● **Required work**
Every line from the start of the records below to the line containing "solid = part.part" should be retyped exactly, that line included, and no others.

--- START ---

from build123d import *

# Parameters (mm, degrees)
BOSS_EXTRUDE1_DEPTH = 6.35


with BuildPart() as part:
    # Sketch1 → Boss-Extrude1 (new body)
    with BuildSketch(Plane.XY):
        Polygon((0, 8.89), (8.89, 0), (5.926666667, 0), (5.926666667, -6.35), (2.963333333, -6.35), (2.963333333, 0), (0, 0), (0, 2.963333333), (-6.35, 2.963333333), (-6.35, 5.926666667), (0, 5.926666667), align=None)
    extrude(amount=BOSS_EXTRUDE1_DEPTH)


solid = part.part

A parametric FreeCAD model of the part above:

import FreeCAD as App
import Part
import Sketcher

V = App.Vector
Q = App.Units.Quantity


def add_polygon(sketch, points):
    """Adds a closed chain of lines whose ends are joined by coincident constraints."""
    first, n = sketch.GeometryCount, len(points)
    for a, b in zip(points, points[1:] + points[:1]):
        sketch.addGeometry(Part.LineSegment(App.Vector(*a, 0), App.Vector(*b, 0)), False)
    for i in range(n):
        sketch.addConstraint(Sketcher.Constraint("Coincident", first + i, 2, first + (i + 1) % n, 1))

doc = App.newDocument("Part")
body = doc.addObject("PartDesign::Body", "Body")

# Sketch on XY plane
sketch1 = doc.addObject("Sketcher::SketchObject", "Sketch")
body.addObject(sketch1)
sketch1.AttachmentSupport = (doc.XY_Plane, [""])
sketch1.MapMode = "FlatFace"
add_polygon(sketch1, [(8.89, 0), (0, 8.89), (0, 5.926667), (-6.35, 5.926667), (-6.35, 2.963333), (0, 2.963333), (0, 0), (2.963333, 0), (2.963333, -6.35), (5.926667, -6.35), (5.926667, 0)])  # lines 0-10
sketch1.addConstraint([
    Sketcher.Constraint("Vertical", 1),
    Sketcher.Constraint("Horizontal", 2),
    Sketcher.Constraint("Vertical", 3),
    Sketcher.Constraint("Horizontal", 4),
    Sketcher.Constraint("Vertical", 5),
    Sketcher.Constraint("Horizontal", 6),
    Sketcher.Constraint("Vertical", 7),
    Sketcher.Constraint("Horizontal", 8),
    Sketcher.Constraint("Vertical", 9),
    Sketcher.Constraint("Horizontal", 10),
    Sketcher.Constraint("Coincident", 5, 2, -1, 1),
    Sketcher.Constraint("PointOnObject", 0, 2, -2),
    Sketcher.Constraint("PointOnObject", 9, 2, -1),
    Sketcher.Constraint("Equal", 6, 8),
    Sketcher.Constraint("Equal", 8, 10),
    Sketcher.Constraint("Equal", 10, 1),
    Sketcher.Constraint("Equal", 1, 3),
    Sketcher.Constraint("Equal", 3, 5),
    Sketcher.Constraint("Equal", 4, 7),
    Sketcher.Constraint("DistanceX", 2, 2, 2, 1, Q("0.25 in")),
    Sketcher.Constraint("DistanceY", -1, 1, 0, 2, Q("0.35 in")),
])
pad1 = doc.addObject("PartDesign::Pad", "Pad")
body.addObject(pad1)
pad1.Profile = sketch1
pad1.Length = Q("0.25 in")

doc.recompute()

--- END ---

● **Exercise response**
from build123d import *

# Parameters (mm, degrees)
BOSS_EXTRUDE1_DEPTH = 6.35


with BuildPart() as part:
    # Sketch1 → Boss-Extrude1 (new body)
    with BuildSketch(Plane.XY):
        Polygon((0, 8.89), (8.89, 0), (5.926666667, 0), (5.926666667, -6.35), (2.963333333, -6.35), (2.963333333, 0), (0, 0), (0, 2.963333333), (-6.35, 2.963333333), (-6.35, 5.926666667), (0, 5.926666667), align=None)
    extrude(amount=BOSS_EXTRUDE1_DEPTH)


solid = part.part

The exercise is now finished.